# What is a FedEx "business day"?



## candy_van

Business days are Monday through Friday.
If your shipment left Friday then you will receive it Monday for "Next Day" service.

There ARE Saturday deliveries available from both FedEx and UPS, however they are at a very high price premium.


----------



## Arrec Barrwin

Quote:


Originally Posted by *candy_van* 
Business days are Monday through Friday.
If your shipment left Friday then you will receive it Monday for "Next Day" service.

There ARE Saturday deliveries available from both FedEx and UPS, however they are at a very high price premium.

That sucks. Thanks.


----------



## Draggin

Yea, My tracking update says it will arrive on saturday, It's sunday now and It still says it just left Rochester, NY.

/fail.


----------



## Arrec Barrwin

Quote:


Originally Posted by *Draggin* 
Yea, My tracking update says it will arrive on saturday, It's sunday now and It still says it just left Rochester, NY.

/fail.

Why does anyone use FedEx? I don't get it. At least where I live, it is usually twice as slow as UPS or USPS and usually twice as expensive. Ugh.


----------



## candy_van

Quote:


Originally Posted by *Arrec Barrwin* 
Why does anyone use FedEx? I don't get it. At least where I live, it is usually twice as slow as UPS or USPS and usually twice as expensive. Ugh.

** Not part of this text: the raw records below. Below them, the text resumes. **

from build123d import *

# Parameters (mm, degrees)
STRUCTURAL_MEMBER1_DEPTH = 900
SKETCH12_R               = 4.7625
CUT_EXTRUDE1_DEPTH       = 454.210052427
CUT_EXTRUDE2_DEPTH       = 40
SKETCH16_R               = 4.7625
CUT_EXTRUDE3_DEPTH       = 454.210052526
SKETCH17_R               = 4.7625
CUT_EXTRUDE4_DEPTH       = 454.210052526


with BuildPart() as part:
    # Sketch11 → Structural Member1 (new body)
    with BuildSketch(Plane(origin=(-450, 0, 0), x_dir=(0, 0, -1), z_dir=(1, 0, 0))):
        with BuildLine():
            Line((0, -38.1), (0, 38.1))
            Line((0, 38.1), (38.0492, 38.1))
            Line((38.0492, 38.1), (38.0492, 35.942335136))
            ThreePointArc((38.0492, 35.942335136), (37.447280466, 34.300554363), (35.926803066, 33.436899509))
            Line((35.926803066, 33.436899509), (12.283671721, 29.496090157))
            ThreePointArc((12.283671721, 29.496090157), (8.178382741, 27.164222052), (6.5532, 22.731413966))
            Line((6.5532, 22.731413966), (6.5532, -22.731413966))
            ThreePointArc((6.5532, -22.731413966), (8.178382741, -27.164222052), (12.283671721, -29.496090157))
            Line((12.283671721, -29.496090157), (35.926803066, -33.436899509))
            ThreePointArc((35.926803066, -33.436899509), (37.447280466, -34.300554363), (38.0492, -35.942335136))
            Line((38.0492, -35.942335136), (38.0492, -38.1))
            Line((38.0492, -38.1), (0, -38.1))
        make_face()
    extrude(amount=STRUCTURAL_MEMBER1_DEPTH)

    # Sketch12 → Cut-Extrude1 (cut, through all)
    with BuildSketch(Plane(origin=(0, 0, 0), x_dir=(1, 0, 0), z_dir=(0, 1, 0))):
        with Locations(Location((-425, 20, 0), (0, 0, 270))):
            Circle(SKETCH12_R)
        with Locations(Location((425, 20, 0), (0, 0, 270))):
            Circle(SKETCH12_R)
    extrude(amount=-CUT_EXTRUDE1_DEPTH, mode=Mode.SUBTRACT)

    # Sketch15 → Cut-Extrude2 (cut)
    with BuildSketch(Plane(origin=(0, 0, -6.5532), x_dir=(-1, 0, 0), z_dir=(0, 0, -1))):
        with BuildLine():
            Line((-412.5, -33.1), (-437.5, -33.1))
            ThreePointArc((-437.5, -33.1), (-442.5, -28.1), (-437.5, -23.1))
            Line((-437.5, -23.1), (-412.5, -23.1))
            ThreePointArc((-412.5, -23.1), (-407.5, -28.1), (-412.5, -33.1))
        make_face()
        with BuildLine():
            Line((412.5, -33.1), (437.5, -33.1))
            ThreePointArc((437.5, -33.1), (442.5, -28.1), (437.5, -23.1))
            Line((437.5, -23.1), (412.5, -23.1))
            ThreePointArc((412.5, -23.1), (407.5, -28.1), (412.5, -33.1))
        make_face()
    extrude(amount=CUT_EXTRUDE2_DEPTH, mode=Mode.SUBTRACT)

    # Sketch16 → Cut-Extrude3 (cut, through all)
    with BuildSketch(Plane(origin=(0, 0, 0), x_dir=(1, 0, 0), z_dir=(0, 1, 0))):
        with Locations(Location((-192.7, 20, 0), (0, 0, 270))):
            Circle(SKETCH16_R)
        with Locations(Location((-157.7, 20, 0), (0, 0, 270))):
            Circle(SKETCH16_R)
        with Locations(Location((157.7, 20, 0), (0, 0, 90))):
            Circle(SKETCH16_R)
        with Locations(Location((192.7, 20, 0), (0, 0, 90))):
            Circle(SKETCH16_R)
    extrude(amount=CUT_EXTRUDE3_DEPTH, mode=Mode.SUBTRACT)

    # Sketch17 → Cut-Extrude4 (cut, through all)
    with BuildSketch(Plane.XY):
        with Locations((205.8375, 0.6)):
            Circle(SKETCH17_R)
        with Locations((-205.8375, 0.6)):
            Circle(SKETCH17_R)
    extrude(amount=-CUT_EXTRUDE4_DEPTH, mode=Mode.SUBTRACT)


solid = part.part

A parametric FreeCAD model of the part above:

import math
import FreeCAD as App
import Part
import Sketcher
from FreeCAD import Vector
Q = App.Units.Quantity

doc = App.newDocument("Part")
params = doc.addObject("Spreadsheet::Sheet", "Params")
for row, (alias, value) in enumerate([
    ("sketch1_radius", "0.1 in"),
    ("sketch1_radius2", "0.1 in"),
    ("sketch1_width", "3 in"),
    ("sketch1_radius3", "0.27 in"),
    ("sketch1_radius4", "0.27 in"),
    ("pad1_length", "900 mm"),
    ("sketch2_diameter", "0.375 in"),
    ("pocket2_length", "40 mm"),
    ("sketch4_diameter", "0.375 in"),
    ("sketch5_diameter", "0.375 in"),
], start=1):
    params.set(f"A{row}", alias)
    params.set(f"B{row}", "=" + value)
    params.setAlias(f"B{row}", alias)

body = doc.addObject("PartDesign::Body", "Body")

sketch1 = body.newObject("Sketcher::SketchObject", "Sketch")
sketch1.AttachmentSupport = (doc.getObject("YZ_Plane"), [""])
sketch1.MapMode = "FlatFace"
sketch1.AttachmentOffset = App.Placement(Vector(0, 0, -450), App.Rotation())
sketch1.addGeometry(Part.LineSegment(Vector(38.1, 0, 0), Vector(-38.1, 0, 0)), False)
sketch1.addGeometry(Part.LineSegment(Vector(-38.1, 0, 0), Vector(-38.1, -38.0492, 0)), False)
sketch1.addGeometry(Part.LineSegment(Vector(-38.1, -38.0492, 0), Vector(-35.942335, -38.0492, 0)), False)
sketch1.addGeometry(Part.ArcOfCircle(Part.Circle(Vector(-35.942335, -35.5092, 0), Vector(0, 0, 1), 2.54), math.radians(-90), math.radians(-9.463)), False)
sketch1.addGeometry(Part.LineSegment(Vector(-33.4369, -35.926803, 0), Vector(-29.49609, -12.283672, 0)), False)
sketch1.addGeometry(Part.ArcOfCircle(Part.Circle(Vector(-22.731414, -13.4112, 0), Vector(0, 0, 1), 6.858), math.radians(90), math.radians(170.537)), False)
sketch1.addGeometry(Part.LineSegment(Vector(-22.731414, -6.5532, 0), Vector(22.731414, -6.5532, 0)), False)
sketch1.addGeometry(Part.ArcOfCircle(Part.Circle(Vector(22.731414, -13.4112, 0), Vector(0, 0, 1), 6.858), math.radians(9.463), math.radians(90)), False)
sketch1.addGeometry(Part.LineSegment(Vector(29.49609, -12.283672, 0), Vector(33.4369, -35.926803, 0)), False)
sketch1.addGeometry(Part.ArcOfCircle(Part.Circle(Vector(35.942335, -35.5092, 0), Vector(0, 0, 1), 2.54), math.radians(-170.537), math.radians(-90)), False)
sketch1.addGeometry(Part.LineSegment(Vector(35.942335, -38.0492, 0), Vector(38.1, -38.0492, 0)), False)
sketch1.addGeometry(Part.LineSegment(Vector(38.1, -38.0492, 0), Vector(38.1, 0, 0)), False)
sketch1.addConstraint(Sketcher.Constraint("Coincident", 0, 2, 1, 1))
sketch1.addConstraint(Sketcher.Constraint("Coincident", 1, 2, 2, 1))
sketch1.addConstraint(Sketcher.Constraint("Coincident", 2, 2, 3, 1))
sketch1.addConstraint(Sketcher.Constraint("Coincident", 3, 2, 4, 1))
sketch1.addConstraint(Sketcher.Constraint("Coincident", 4, 2, 5, 2))
sketch1.addConstraint(Sketcher.Constraint("Coincident", 5, 1, 6, 1))
sketch1.addConstraint(Sketcher.Constraint("Coincident", 6, 2, 7, 2))
sketch1.addConstraint(Sketcher.Constraint("Coincident", 7, 1, 8, 1))
sketch1.addConstraint(Sketcher.Constraint("Coincident", 8, 2, 9, 1))
sketch1.addConstraint(Sketcher.Constraint("Coincident", 9, 2, 10, 1))
sketch1.addConstraint(Sketcher.Constraint("Coincident", 10, 2, 11, 1))
sketch1.addConstraint(Sketcher.Constraint("Coincident", 11, 2, 0, 1))
sketch1.addConstraint(Sketcher.Constraint("Horizontal", 0))
sketch1.addConstraint(Sketcher.Constraint("Vertical", 1))
sketch1.addConstraint(Sketcher.Constraint("Horizontal", 2))
sketch1.addConstraint(Sketcher.Constraint("Horizontal", 6))
sketch1.addConstraint(Sketcher.Constraint("Horizontal", 10))
sketch1.addConstraint(Sketcher.Constraint("Vertical", 11))
sketch1.addConstraint(Sketcher.Constraint("PointOnObject", 0, 2, -1))
sketch1.addConstraint(Sketcher.Constraint("Radius", 3, Q("0.1 in")))
sketch1.addConstraint(Sketcher.Constraint("Radius", 9, Q("0.1 in")))
sketch1.addConstraint(Sketcher.Constraint("DistanceX", 0, 2, 0, 1, Q("3 in")))
sketch1.addConstraint(Sketcher.Constraint("Radius", 5, Q("0.27 in")))
sketch1.addConstraint(Sketcher.Constraint("Radius", 7, Q("0.27 in")))
sketch1.addConstraint(Sketcher.Constraint("DistanceX", 0, 2, -1, 1, Q("1.5 in")))
sketch1.addConstraint(Sketcher.Constraint("DistanceY", 1, 2, 9, 3, Q("0.1 in")))
sketch1.addConstraint(Sketcher.Constraint("DistanceY", 1, 2, 1, 1, Q("1.498 in")))
sketch1.addConstraint(Sketcher.Constraint("DistanceY", 3, 3, 5, 3, Q("0.87 in")))
sketch1.addConstraint(Sketcher.Constraint("DistanceX", 3, 2, -1, 1, Q("33.4369 mm")))
sketch1.addConstraint(Sketcher.Constraint("DistanceX", -1, 1, 8, 2, Q("33.4369 mm")))
sketch1.addConstraint(Sketcher.Constraint("DistanceX", 2, 1, 2, 2, Q("2.157665 mm")))
sketch1.addConstraint(Sketcher.Constraint("DistanceX", 6, 1, 6, 2, Q("45.462828 mm")))
sketch1.addConstraint(Sketcher.Constraint("DistanceX", 10, 1, 10, 2, Q("2.157665 mm")))
sketch1.addConstraint(Sketcher.Constraint("DistanceX", 4, 2, -1, 1, Q("29.49609 mm")))
sketch1.addConstraint(Sketcher.Constraint("DistanceY", 4, 2, -1, 1, Q("12.283672 mm")))
sketch1.addConstraint(Sketcher.Constraint("DistanceX", -1, 1, 7, 1, Q("29.49609 mm")))
sketch1.addConstraint(Sketcher.Constraint("DistanceY", 7, 1, -1, 1, Q("12.283672 mm")))
sketch1.addConstraint(Sketcher.Constraint("DistanceX", 3, 3, 5, 3, Q("13.210921 mm")))
sketch1.addConstraint(Sketcher.Constraint("DistanceX", 7, 3, 9, 3, Q("13.210921 mm")))
sketch1.addConstraint(Sketcher.Constraint("DistanceX", 3, 3, 5, 1, Q("13.210921 mm")))
sketch1.setExpression("Constraints[19]", "Params.sketch1_radius")
sketch1.setExpression("Constraints[20]", "Params.sketch1_radius2")
sketch1.setExpression("Constraints[21]", "Params.sketch1_width")
sketch1.setExpression("Constraints[22]", "Params.sketch1_radius3")
sketch1.setExpression("Constraints[23]", "Params.sketch1_radius4")
pad1 = body.newObject("PartDesign::Pad", "Pad")
pad1.Profile = sketch1
pad1.setExpression("Length", "Params.pad1_length")

sketch2 = body.newObject("Sketcher::SketchObject", "Sketch001")
sketch2.AttachmentSupport = (doc.getObject("XZ_Plane"), [""])
sketch2.MapMode = "FlatFace"
sketch2.addGeometry(Part.Circle(Vector(-425, -20, 0), Vector(0, 0, 1), 4.8), False)
sketch2.addGeometry(Part.Circle(Vector(425, -20, 0), Vector(0, 0, 1), 4.8), False)
sketch2.addConstraint(Sketcher.Constraint("Equal", 0, 1))
sketch2.addConstraint(Sketcher.Constraint("Symmetric", 0, 3, 1, 3, -2))
sketch2.addConstraint(Sketcher.Constraint("Diameter", 0, Q("0.375 in")))
sketch2.addConstraint(Sketcher.Constraint("DistanceX", 0, 3, -1, 1, Q("425 mm")))
sketch2.addConstraint(Sketcher.Constraint("DistanceY", 0, 3, -1, 1, Q("20 mm")))
sketch2.setExpression("Constraints[2]", "Params.sketch2_diameter")
pocket1 = body.newObject("PartDesign::Pocket", "Pocket")
pocket1.Profile = sketch2
pocket1.Type = "ThroughAll"
pocket1.Reversed = True

sketch3 = body.newObject("Sketcher::SketchObject", "Sketch002")
sketch3.AttachmentSupport = (doc.getObject("XY_Plane"), [""])
sketch3.MapMode = "FlatFace"
sketch3.AttachmentOffset = App.Placement(Vector(0, 0, -0.258 * 25.4), App.Rotation())
sketch3.addGeometry(Part.LineSegment(Vector(438, -33, 0), Vector(412, -33, 0)), False)
sketch3.addGeometry(Part.ArcOfCircle(Part.Circle(Vector(412, -28, 0), Vector(0, 0, 1), 5), math.radians(90), math.radians(270)), False)
sketch3.addGeometry(Part.LineSegment(Vector(412, -23, 0), Vector(438, -23, 0)), False)
sketch3.addGeometry(Part.ArcOfCircle(Part.Circle(Vector(438, -28, 0), Vector(0, 0, 1), 5), math.radians(-90), math.radians(90)), False)
sketch3.addGeometry(Part.LineSegment(Vector(-412, -33, 0), Vector(-438, -33, 0)), False)
sketch3.addGeometry(Part.ArcOfCircle(Part.Circle(Vector(-438, -28, 0), Vector(0, 0, 1), 5), math.radians(90), math.radians(270)), False)
sketch3.addGeometry(Part.LineSegment(Vector(-438, -23, 0), Vector(-412, -23, 0)), False)
sketch3.addGeometry(Part.ArcOfCircle(Part.Circle(Vector(-412, -28, 0), Vector(0, 0, 1), 5), math.radians(-90), math.radians(90)), False)
sketch3.addConstraint(Sketcher.Constraint("Tangent", 0, 2, 1, 2))
sketch3.addConstraint(Sketcher.Constraint("Tangent", 1, 1, 2, 1))
sketch3.addConstraint(Sketcher.Constraint("Tangent", 2, 2, 3, 2))
sketch3.addConstraint(Sketcher.Constraint("Tangent", 3, 1, 0, 1))
sketch3.addConstraint(Sketcher.Constraint("Tangent", 4, 2, 5, 2))
sketch3.addConstraint(Sketcher.Constraint("Tangent", 5, 1, 6, 1))
sketch3.addConstraint(Sketcher.Constraint("Tangent", 6, 2, 7, 2))
sketch3.addConstraint(Sketcher.Constraint("Tangent", 7, 1, 4, 1))
sketch3.addConstraint(Sketcher.Constraint("Horizontal", 0))
sketch3.addConstraint(Sketcher.Constraint("Horizontal", 2))
sketch3.addConstraint(Sketcher.Constraint("Horizontal", 4))
sketch3.addConstraint(Sketcher.Constraint("Horizontal", 6))
sketch3.addConstraint(Sketcher.Constraint("Equal", 3, 5))
sketch3.addConstraint(Sketcher.Constraint("Symmetric", 3, 3, 5, 3, -2))
sketch3.addConstraint(Sketcher.Constraint("Equal", 2, 4))
sketch3.addConstraint(Sketcher.Constraint("Radius", 1, Q("5 mm")))
sketch3.addConstraint(Sketcher.Constraint("DistanceX", 0, 2, 0, 1, Q("25 mm")))
sketch3.addConstraint(Sketcher.Constraint("DistanceX", -1, 1, 1, 3, Q("412.5 mm")))
sketch3.addConstraint(Sketcher.Constraint("DistanceY", 1, 3, -1, 1, Q("28.1 mm")))
pocket2 = body.newObject("PartDesign::Pocket", "Pocket001")
pocket2.Profile = sketch3
pocket2.setExpression("Length", "Params.pocket2_length")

It depends what services you want.

We use them exclusively for Express (next day) services both domestic and international at my work.
Why? Because they're cheaper and more efficient with expedited services.

UPS has the ground game on lockdown, but FedEx's specialty is air.


----------



## darthspartan

Quote:


Originally Posted by *candy_van* 
It depends what services you want.

We use them exclusively for Express (next day) services both domestic and international at my work.
Why? Because they're cheaper and more efficient with expedited services.

UPS has the ground game on lockdown, but FedEx's specialty is air.


Quote:


Originally Posted by *Arrec Barrwin* 
Why does anyone use FedEx? I don't get it. At least where I live, it is usually twice as slow as UPS or USPS and usually twice as expensive. Ugh.

Warning kinda off topic

UPS has managed to damage two packages i had delivered to me.
1. My Yamaha o2r mixer it was packed in 6in of peanuts but it weighs like 90lbs and clearly got drooped on a corner cause the steel was sheared there. Insurance paid 1500.
2. My carvin SL40 40 channel mixer. It was shipped in a road case (1/2in ply wood with 2.5in of foam on all sides) It was being shipped with some extra parts that were secured inside the road case with large foam blocks. It was inspected at a UPS store to ensure that it was secure and safe to ship. When i get it half the faders are bent one way the other have are bent the other. It was a 140lb package and was brought to the door by one driver who did not have a hand truck it was clearly rolled end over end witch made the replacement parts move. Its been a month of talking with them and they say insurance's docent cover it cause it was not in a cardboard box but the road case was in the original cardboard box. Im going to talk with an attorney next week cause this is causing harm to my business.

On topic

You can sometimes go to your local UPS/Fedex headquarter and they can give you the package. Delivery is Monday though Friday but office is Monday though Saturday.


----------



## Arrec Barrwin

Quote:


Originally Posted by *darthspartan* 
Warning kinda off topic

UPS has managed to damage two packages i had delivered to me.
1. My Yamaha o2r mixer it was packed in 6in of peanuts but it weighs like 90lbs and clearly got drooped on a corner cause the steel was sheared there. Insurance paid 1500.
2. My carvin SL40 40 channel mixer. It was shipped in a road case (1/2in ply wood with 2.5in of foam on all sides) It was being shipped with some extra parts that were secured inside the road case with large foam blocks. It was inspected at a UPS store to ensure that it was secure and safe to ship. When i get it half the faders are bent one way the other have are bent the other. It was a 140lb package and was brought to the door by one driver who did not have a hand truck it was clearly rolled end over end witch made the replacement parts move. Its been a month of talking with them and they say insurance's docent cover it cause it was not in a cardboard box but the road case was in the original cardboard box. Im going to talk with an attorney next week cause this is causing harm to my business.

On topic

You can sometimes go to your local UPS/Fedex headquarter and they can give you the package. Delivery is Monday though Friday but office is Monday though Saturday.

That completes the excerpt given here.